*PROBLEM*: In the records below, find every line that contains "Rectangle" and list it.

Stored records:
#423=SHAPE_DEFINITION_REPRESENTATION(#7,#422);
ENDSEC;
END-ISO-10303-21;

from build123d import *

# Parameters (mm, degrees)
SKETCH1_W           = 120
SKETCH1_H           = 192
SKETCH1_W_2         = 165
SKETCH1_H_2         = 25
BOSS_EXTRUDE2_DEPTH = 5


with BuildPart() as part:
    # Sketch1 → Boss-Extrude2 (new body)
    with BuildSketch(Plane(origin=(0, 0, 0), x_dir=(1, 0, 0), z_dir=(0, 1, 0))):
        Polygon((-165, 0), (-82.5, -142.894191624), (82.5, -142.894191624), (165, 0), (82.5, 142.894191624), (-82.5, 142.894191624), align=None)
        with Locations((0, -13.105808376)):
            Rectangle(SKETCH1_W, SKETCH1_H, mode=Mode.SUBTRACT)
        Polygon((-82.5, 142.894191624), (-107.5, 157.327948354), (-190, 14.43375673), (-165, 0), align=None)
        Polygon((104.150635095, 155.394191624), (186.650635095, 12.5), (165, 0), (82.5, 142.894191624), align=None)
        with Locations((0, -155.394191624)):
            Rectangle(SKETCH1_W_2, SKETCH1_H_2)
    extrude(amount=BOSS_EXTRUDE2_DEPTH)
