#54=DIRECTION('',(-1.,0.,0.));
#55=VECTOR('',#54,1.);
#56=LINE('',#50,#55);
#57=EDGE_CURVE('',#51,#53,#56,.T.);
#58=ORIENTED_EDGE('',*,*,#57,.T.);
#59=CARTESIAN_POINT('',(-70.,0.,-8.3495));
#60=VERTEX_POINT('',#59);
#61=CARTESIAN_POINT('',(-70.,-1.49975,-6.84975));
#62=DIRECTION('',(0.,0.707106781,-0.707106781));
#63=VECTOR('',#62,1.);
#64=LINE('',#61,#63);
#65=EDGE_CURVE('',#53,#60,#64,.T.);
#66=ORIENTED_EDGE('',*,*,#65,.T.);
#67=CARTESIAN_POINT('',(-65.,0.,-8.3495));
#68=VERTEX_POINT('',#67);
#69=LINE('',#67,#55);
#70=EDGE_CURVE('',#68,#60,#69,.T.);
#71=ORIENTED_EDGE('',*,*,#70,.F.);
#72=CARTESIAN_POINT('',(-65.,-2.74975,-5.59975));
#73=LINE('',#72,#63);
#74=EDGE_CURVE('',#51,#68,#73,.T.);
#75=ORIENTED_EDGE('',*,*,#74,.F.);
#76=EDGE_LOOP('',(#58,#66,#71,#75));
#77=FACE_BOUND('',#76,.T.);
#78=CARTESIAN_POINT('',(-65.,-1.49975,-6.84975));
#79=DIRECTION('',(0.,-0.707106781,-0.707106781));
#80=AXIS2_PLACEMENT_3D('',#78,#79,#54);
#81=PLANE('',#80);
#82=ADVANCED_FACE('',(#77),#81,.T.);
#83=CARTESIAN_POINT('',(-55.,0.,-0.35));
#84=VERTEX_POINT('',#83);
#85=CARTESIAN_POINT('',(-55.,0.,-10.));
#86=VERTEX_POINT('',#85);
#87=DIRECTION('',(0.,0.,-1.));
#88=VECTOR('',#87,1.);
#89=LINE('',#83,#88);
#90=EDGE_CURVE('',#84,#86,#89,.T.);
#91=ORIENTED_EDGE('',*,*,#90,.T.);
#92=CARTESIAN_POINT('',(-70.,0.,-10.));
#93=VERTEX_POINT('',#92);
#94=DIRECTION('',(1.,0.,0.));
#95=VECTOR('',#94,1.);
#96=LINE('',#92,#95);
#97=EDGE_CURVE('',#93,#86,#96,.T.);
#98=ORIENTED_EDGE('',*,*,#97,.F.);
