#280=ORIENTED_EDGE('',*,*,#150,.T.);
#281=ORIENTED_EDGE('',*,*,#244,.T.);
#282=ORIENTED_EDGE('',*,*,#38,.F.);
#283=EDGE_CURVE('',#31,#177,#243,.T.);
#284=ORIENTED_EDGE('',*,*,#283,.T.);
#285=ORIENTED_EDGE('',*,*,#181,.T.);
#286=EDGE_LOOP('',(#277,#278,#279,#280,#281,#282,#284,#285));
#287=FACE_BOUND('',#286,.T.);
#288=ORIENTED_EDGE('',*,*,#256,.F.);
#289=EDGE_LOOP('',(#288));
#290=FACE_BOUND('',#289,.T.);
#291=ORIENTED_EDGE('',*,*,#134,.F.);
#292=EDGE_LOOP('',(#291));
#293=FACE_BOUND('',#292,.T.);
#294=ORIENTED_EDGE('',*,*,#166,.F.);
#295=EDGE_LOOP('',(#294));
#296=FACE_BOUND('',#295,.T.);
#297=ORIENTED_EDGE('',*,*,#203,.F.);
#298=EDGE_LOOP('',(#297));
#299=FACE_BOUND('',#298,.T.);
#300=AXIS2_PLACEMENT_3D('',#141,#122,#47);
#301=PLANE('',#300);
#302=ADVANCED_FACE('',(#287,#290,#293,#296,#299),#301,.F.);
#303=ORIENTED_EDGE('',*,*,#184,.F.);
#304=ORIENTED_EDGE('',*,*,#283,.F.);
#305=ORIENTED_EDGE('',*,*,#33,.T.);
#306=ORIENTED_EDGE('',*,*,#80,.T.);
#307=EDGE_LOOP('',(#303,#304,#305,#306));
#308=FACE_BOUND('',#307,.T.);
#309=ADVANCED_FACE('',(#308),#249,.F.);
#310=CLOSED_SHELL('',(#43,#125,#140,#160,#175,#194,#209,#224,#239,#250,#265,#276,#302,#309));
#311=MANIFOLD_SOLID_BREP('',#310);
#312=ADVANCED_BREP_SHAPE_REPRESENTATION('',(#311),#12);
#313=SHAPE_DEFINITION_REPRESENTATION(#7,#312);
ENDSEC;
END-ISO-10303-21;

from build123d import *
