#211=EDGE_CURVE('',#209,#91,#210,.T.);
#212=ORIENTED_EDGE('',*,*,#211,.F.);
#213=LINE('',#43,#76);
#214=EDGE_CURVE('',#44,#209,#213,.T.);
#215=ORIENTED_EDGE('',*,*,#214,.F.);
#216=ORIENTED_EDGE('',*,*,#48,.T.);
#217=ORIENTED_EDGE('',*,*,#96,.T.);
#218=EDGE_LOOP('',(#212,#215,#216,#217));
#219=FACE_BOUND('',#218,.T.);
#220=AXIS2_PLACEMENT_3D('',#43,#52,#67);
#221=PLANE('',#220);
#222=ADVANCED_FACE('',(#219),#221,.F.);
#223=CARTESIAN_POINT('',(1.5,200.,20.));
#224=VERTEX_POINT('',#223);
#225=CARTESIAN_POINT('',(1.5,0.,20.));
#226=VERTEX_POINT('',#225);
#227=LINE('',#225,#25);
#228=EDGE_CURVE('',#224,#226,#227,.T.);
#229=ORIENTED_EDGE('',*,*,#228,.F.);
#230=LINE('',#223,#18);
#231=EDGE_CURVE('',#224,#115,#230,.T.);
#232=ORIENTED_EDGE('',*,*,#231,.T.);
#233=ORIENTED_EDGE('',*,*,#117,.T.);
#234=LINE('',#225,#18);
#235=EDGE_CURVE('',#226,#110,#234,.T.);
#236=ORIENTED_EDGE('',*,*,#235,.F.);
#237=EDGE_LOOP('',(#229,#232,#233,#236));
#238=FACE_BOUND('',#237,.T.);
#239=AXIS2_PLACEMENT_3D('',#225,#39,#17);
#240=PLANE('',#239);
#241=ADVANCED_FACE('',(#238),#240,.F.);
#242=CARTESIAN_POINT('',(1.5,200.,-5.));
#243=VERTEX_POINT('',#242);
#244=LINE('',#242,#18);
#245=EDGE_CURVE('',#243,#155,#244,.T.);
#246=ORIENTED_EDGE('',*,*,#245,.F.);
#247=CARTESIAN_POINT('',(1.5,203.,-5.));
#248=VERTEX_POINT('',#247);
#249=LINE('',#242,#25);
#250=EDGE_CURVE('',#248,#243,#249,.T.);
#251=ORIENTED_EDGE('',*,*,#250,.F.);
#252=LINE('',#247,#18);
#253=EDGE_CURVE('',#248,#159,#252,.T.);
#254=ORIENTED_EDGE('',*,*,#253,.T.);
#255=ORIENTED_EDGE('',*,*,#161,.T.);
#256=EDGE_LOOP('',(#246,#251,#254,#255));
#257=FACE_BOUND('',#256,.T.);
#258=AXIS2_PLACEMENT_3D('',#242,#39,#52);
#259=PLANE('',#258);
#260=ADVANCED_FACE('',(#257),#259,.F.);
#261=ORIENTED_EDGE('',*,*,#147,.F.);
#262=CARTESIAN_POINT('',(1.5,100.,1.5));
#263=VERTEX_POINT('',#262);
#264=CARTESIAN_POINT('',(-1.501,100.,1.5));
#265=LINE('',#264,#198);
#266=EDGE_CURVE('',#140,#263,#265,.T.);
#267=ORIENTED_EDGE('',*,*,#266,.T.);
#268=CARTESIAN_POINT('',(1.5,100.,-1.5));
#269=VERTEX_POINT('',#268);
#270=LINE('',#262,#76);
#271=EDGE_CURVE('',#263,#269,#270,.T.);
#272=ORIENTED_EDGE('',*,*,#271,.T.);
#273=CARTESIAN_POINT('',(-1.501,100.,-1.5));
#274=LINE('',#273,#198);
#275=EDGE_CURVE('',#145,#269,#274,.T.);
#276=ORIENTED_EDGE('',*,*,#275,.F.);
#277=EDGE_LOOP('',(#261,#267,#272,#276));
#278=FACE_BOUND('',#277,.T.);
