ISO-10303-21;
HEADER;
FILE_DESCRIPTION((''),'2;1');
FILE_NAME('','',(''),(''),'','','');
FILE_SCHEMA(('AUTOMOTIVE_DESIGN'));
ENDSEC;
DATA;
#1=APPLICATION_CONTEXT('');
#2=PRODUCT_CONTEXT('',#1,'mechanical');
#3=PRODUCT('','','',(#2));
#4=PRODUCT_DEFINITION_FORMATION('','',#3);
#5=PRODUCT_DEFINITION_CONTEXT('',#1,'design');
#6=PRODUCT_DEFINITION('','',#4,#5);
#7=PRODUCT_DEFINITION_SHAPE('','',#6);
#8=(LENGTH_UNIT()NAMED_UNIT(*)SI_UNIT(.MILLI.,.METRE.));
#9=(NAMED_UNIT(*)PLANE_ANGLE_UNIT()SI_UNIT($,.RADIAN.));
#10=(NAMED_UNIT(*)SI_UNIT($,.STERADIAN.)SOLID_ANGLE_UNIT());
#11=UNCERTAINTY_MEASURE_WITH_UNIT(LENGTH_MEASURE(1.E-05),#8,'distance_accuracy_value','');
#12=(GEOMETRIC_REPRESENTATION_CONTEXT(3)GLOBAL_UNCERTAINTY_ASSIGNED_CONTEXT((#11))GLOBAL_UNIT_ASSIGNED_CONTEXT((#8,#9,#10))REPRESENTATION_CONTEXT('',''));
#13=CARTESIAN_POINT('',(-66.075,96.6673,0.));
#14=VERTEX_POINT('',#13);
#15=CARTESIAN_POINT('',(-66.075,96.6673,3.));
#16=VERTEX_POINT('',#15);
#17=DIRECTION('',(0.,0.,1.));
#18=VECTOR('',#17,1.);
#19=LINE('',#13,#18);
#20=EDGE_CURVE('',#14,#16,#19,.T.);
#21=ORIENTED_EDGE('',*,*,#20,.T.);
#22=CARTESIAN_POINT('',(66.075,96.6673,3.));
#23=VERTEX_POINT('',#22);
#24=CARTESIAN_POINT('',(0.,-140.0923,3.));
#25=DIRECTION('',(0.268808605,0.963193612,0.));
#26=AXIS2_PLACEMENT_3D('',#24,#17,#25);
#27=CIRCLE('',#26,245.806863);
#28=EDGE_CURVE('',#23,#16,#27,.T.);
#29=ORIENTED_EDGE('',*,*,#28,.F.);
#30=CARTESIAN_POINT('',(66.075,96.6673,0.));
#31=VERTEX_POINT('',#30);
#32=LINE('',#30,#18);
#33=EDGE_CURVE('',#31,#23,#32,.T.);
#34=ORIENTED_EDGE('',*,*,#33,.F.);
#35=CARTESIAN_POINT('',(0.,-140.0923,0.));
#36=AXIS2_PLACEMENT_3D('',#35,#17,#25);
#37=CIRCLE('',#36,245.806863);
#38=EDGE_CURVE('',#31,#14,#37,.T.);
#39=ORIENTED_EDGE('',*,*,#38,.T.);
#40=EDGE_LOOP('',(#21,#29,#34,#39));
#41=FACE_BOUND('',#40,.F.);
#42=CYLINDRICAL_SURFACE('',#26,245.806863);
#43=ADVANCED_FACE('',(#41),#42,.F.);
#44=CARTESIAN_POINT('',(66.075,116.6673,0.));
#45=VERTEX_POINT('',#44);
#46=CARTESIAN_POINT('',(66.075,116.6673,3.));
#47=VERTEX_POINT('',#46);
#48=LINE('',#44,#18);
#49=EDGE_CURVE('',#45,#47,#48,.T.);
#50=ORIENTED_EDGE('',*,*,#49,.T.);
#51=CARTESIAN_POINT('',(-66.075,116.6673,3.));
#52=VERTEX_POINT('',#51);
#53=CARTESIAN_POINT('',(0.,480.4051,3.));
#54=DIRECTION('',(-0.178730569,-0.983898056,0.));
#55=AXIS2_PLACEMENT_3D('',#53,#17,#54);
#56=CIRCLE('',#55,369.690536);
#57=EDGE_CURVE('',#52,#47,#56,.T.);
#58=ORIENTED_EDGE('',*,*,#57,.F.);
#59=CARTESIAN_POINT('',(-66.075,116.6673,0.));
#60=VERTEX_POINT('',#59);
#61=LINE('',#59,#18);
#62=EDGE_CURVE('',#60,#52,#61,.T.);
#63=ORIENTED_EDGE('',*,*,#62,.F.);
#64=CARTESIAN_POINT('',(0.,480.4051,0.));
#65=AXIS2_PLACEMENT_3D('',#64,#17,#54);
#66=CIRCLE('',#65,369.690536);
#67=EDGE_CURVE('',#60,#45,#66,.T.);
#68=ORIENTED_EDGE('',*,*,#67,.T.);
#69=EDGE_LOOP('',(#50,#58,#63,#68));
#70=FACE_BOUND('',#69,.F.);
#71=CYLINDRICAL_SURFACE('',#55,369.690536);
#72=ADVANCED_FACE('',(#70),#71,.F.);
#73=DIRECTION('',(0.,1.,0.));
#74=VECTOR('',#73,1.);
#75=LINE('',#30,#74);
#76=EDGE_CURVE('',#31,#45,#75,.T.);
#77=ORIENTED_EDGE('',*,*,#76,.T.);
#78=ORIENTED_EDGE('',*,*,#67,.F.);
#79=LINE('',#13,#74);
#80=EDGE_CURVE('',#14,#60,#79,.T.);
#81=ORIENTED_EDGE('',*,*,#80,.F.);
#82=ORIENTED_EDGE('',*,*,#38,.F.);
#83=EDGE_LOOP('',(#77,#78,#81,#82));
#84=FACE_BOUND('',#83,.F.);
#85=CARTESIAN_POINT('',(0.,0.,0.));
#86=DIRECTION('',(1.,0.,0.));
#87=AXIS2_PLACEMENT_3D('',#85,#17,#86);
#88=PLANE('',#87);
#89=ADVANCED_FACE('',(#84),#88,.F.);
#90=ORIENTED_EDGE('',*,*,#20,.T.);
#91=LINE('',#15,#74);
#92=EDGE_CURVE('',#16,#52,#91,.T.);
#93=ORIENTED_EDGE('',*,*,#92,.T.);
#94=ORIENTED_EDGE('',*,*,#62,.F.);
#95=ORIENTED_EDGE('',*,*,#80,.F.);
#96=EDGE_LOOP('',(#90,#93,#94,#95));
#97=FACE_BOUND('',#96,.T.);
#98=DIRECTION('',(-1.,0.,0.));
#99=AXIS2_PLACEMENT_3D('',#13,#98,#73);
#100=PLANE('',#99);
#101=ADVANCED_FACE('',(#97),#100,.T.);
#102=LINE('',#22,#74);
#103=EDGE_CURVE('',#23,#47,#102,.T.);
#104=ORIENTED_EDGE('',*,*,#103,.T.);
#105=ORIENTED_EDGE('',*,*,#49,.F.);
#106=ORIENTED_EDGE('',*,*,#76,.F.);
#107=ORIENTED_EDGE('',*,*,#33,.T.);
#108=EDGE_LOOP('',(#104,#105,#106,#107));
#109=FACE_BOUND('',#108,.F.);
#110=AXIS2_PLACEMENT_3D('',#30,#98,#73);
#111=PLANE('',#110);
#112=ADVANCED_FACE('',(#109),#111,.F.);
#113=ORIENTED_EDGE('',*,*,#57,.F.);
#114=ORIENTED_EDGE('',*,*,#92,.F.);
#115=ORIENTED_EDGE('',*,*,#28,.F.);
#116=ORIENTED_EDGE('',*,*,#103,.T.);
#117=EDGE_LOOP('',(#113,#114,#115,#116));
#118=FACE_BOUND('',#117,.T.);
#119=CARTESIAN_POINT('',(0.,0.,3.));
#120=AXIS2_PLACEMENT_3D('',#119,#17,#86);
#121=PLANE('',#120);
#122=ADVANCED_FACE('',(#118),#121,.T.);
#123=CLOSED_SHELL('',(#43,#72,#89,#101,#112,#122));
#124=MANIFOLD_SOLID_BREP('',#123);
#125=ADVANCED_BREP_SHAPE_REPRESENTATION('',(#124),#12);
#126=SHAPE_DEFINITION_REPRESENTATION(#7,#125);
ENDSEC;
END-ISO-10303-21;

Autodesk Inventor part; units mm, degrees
ref_plane "YZ Plane" through (0, 0, 0) normal (1, 0, 0) x (0, 1, 0)
ref_plane "XZ Plane" through (0, 0, 0) normal (0, 1, 0) x (-1, 0, 0)
ref_plane "XY Plane" through (0, 0, 0) normal (0, 0, 1) x (1, 0, 0)
sketch "Sketch1" plane through (0, 0, 0) normal (0, 0, 1) x (1, 0, 0)
  line L0 (-157.15, 140.4486) -> (-157.15, -171.5087) projected
  line L1 (-157.15, -171.5087) -> (157.15, -171.5087) projected
  line L2 (157.15, -171.5087) -> (157.15, 140.4486) projected
  line L3 (157.15, 140.4486) -> (-157.15, 140.4486) projected
  line L4 (66.075, 96.6673) -> (66.075, 141.6673) projected
  line L5 (66.075, 96.6673) -> (-66.075, 96.6673)
  line L6 (-66.075, 96.6673) -> (-66.075, 116.6673)
  line L7 (-66.075, 116.6673) -> (66.075, 116.6673)
  line L8 (66.075, 116.6673) -> (66.075, 96.6673)
  point P0 (0, 0)
  dimension "d0" = 132.15
  dimension "d1" = 20
extrude "Extrusion1" add sketch "Sketch1" along normal blind 3 contours L4 L5 L6 L7
sketch "Sketch2" plane through (0, 0, 3) normal (0, 0, 1) x (1, 0, 0)
  line L0 (-66.075, 96.6673) -> (66.075, 96.6673) projected
  line L1 (-66.075, 116.6673) -> (-66.075, 96.6673) projected
  arc A0 (66.075, 96.6673) -> (-66.075, 96.6673) centre (0, -140.0923) ccw
  line L2 (66.075, 116.6673) -> (-66.075, 116.6673) projected
  arc A1 (-66.075, 116.6673) -> (66.075, 116.6673) centre (0, 480.4051) ccw
  point P0 (0, 0)
  point P1 (0, 110.7145)
  point P2 (0, 105.7145)
  dimension "d4" = 5
extrude "Extrusion2" cut sketch "Sketch2" against normal through all
properties part number "spacer"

*OUTPUT BELOW*:
            Rectangle(SKETCH1_W, SKETCH1_H, mode=Mode.SUBTRACT)
            Rectangle(SKETCH1_W_2, SKETCH1_H_2)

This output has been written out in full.